● **Goal of the exercise**: Scan the records below for the line with "#106=CARTESIAN_POINT('',(-1.220274,16.155243,0.37688));" and the line with "#109=CARTESIAN_POINT('',(-1.27,16.155243,0.095089));". Repeat those two lines and every line between them exactly, and nothing else.

● **Collected data entries**:
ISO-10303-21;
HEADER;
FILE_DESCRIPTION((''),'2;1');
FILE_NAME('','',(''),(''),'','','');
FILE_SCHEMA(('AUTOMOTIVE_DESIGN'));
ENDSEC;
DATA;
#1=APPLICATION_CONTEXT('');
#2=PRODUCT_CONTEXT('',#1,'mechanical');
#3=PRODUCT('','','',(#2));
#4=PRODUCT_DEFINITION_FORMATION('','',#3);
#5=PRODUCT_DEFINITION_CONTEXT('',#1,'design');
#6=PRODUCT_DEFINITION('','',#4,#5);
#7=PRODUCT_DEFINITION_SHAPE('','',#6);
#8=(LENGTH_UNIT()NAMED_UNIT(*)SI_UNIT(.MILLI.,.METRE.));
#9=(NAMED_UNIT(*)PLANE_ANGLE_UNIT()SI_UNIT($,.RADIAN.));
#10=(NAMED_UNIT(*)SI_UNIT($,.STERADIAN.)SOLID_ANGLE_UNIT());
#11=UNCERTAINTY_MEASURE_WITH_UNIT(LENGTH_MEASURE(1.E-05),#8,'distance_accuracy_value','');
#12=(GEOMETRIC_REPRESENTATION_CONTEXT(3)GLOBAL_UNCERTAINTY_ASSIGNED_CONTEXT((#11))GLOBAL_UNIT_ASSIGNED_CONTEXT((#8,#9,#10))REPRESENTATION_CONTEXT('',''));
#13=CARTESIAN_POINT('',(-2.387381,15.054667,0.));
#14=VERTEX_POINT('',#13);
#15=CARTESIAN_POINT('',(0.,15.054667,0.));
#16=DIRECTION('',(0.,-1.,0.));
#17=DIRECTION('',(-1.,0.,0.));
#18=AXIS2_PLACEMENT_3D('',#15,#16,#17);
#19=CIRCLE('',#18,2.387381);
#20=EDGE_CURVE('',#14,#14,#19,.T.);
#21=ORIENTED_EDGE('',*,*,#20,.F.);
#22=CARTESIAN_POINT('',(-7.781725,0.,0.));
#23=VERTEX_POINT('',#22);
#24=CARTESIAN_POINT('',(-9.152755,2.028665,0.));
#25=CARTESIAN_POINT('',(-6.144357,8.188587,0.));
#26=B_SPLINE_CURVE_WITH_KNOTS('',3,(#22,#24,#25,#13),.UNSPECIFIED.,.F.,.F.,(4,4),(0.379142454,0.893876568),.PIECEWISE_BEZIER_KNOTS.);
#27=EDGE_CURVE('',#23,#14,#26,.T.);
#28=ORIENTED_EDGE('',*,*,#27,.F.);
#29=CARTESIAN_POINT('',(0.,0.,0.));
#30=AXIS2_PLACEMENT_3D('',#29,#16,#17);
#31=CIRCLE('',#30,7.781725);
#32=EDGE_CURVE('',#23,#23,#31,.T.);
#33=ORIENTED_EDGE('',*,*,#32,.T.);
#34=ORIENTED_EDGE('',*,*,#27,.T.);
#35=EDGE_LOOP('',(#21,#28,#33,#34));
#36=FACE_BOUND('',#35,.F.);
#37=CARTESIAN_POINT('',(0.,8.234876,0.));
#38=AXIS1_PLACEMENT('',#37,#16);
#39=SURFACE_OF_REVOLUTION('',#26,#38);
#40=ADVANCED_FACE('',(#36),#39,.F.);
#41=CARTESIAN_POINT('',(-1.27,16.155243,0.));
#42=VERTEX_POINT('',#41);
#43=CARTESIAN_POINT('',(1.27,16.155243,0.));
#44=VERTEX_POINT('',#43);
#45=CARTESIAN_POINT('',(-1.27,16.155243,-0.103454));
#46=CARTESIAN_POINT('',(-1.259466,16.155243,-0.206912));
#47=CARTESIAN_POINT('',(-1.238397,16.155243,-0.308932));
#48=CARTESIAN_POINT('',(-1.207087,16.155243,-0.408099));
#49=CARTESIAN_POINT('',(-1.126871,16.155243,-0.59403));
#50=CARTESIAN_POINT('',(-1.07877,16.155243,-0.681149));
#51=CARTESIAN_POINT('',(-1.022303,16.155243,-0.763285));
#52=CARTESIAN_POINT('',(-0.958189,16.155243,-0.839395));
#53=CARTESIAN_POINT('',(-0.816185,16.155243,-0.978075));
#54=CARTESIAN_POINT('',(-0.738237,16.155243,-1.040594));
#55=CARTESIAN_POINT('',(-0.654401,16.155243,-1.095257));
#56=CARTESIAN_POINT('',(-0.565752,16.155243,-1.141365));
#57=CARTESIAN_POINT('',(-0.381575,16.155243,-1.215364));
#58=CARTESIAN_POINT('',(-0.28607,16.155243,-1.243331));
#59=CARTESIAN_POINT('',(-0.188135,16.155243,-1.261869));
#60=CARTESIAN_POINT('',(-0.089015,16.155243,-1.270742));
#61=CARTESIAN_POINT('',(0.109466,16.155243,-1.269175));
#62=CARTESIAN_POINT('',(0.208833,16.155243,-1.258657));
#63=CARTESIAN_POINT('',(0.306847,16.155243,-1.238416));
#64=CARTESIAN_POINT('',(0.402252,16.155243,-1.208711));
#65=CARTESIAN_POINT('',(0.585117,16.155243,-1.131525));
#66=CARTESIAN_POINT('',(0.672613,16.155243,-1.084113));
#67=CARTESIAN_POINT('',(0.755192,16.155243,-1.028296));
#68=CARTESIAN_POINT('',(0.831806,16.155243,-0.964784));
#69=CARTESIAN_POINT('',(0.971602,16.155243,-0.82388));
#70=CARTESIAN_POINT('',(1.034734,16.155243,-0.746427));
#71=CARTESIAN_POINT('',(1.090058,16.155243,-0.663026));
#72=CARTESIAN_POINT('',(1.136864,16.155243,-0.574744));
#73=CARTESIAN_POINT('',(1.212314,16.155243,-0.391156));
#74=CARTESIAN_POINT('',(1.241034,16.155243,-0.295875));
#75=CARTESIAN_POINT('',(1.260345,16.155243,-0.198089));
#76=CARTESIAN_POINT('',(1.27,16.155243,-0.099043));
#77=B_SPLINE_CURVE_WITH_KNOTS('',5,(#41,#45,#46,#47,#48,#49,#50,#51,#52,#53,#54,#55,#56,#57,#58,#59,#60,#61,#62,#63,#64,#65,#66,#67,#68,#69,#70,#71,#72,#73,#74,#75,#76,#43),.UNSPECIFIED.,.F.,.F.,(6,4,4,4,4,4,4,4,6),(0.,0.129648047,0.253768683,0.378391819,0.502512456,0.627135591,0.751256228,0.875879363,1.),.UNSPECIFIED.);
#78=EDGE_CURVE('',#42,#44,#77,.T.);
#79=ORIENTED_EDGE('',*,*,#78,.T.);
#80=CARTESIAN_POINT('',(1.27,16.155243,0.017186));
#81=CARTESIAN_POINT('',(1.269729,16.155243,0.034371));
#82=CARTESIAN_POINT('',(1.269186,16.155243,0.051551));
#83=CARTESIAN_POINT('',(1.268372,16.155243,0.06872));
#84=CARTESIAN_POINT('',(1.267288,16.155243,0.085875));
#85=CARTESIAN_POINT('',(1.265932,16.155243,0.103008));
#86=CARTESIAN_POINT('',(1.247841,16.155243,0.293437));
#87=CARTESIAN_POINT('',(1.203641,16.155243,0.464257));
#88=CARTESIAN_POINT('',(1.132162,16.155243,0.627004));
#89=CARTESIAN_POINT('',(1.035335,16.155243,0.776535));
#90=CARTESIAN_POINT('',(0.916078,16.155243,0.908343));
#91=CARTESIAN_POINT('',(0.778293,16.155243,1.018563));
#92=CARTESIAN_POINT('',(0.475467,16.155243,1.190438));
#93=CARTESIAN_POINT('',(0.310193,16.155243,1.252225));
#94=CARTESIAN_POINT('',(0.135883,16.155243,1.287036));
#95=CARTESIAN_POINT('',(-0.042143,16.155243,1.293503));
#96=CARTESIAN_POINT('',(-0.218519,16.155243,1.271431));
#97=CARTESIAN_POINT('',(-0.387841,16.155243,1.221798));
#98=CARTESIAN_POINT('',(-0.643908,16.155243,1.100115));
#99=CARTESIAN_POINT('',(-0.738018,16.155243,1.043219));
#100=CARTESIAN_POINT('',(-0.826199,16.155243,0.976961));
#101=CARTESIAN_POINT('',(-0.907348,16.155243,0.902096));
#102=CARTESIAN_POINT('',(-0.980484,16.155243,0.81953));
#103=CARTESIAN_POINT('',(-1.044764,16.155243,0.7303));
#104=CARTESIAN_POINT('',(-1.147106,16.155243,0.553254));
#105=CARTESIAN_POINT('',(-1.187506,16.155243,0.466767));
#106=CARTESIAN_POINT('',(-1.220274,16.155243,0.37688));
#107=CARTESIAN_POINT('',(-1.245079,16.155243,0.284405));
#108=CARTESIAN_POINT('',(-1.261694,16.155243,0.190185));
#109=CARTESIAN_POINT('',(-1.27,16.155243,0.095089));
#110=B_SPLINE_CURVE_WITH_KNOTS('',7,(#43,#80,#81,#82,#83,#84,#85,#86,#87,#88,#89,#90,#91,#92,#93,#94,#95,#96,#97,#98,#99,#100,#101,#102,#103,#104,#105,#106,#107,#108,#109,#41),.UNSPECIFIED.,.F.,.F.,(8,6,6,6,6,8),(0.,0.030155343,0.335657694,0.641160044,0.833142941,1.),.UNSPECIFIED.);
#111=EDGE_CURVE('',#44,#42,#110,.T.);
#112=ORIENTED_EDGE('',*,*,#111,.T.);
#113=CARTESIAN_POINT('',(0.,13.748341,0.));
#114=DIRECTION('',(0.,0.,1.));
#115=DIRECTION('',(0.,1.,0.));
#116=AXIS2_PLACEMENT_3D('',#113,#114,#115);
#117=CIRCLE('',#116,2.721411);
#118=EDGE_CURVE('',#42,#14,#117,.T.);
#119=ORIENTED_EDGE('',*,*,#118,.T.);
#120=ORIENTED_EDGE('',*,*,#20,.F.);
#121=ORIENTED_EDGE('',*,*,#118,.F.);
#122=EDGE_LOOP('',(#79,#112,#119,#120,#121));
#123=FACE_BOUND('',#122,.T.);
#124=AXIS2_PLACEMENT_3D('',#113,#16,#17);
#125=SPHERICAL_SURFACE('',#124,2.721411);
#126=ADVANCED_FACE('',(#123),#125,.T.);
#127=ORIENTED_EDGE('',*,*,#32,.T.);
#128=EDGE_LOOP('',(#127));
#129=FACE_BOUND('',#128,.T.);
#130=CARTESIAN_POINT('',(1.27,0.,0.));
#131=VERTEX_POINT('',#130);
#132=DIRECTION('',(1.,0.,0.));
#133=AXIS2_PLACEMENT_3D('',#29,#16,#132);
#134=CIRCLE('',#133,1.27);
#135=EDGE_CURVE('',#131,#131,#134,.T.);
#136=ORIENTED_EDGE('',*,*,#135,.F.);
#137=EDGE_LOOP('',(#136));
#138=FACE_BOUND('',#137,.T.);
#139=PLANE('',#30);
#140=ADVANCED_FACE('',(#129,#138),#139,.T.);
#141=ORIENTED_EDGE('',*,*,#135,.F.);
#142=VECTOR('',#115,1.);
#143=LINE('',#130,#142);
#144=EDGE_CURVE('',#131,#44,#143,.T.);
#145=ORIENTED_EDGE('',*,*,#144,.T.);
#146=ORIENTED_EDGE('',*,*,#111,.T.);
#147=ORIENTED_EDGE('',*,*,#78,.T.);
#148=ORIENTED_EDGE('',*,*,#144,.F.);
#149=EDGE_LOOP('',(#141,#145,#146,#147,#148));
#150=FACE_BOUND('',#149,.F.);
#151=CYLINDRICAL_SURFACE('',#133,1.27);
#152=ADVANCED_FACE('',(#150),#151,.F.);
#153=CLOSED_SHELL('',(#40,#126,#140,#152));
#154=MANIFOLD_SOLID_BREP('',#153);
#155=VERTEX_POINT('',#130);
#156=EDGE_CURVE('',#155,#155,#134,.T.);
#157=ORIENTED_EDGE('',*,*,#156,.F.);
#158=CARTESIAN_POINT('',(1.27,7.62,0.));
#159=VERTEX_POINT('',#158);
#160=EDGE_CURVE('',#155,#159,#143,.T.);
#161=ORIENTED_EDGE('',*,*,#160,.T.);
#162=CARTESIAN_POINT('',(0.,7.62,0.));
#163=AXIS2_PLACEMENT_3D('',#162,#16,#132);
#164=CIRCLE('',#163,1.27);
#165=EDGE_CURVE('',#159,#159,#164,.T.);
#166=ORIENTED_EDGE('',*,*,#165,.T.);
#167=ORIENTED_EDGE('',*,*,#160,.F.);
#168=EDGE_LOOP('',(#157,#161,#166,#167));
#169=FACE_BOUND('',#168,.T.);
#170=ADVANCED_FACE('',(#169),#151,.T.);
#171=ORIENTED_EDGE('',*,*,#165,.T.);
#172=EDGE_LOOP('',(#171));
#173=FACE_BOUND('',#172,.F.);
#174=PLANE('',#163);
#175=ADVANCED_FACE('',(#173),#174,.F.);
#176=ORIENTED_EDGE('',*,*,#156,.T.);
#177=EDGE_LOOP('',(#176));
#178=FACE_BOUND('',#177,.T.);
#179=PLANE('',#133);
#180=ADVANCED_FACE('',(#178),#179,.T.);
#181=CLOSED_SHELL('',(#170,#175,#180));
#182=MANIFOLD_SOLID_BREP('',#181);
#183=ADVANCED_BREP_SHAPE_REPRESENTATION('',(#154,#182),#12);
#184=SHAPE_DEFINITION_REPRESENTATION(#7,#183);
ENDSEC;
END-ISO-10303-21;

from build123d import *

# Parameters (mm, degrees)
F2_R     = 1.27
F3_DEPTH = 16.51
F4_R     = 1.27
F5_DEPTH = 7.62


with BuildPart() as f1:
    # F0 (on Top) → F1 (revolve)
    with BuildSketch(Plane.XY):
        with BuildLine():
            Line((0, 0), (0, 16.4697519217))
            ThreePointArc((0, 16.4697519217), (-1.3876289372, 16.0894012629), (-2.3873814073, 15.0546666642))
            add(Edge.make_bspline(
                [(-7.781725377, 0), (-9.1527554645, 2.0286652571), (-6.1443571696, 8.1885872655), (-2.3873814073, 15.0546666642)],
                knots=[0.3791424537, 0.3791424537, 0.3791424537, 0.3791424537, 0.8938765681, 0.8938765681, 0.8938765681, 0.8938765681], degree=3))
            Line((-7.781725377, 0), (0, 0))
        make_face()
    revolve(axis=Axis((0, 8.2348759608, 0), (0, -1, 0)))

    # F2 (on Front) → F3 (cut)
    with BuildSketch(Plane.XZ):
        Circle(F2_R)
    extrude(amount=-F3_DEPTH, mode=Mode.SUBTRACT)


with BuildPart() as f5:
    # F4 (on face) → F5 (new body)
    with BuildSketch(Plane.XZ):
        Circle(F4_R)
    extrude(amount=-F5_DEPTH)


solid = Compound([f1.part, f5.part])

● **Expected answer**:
#106=CARTESIAN_POINT('',(-1.220274,16.155243,0.37688));
#107=CARTESIAN_POINT('',(-1.245079,16.155243,0.284405));
#108=CARTESIAN_POINT('',(-1.261694,16.155243,0.190185));
#109=CARTESIAN_POINT('',(-1.27,16.155243,0.095089));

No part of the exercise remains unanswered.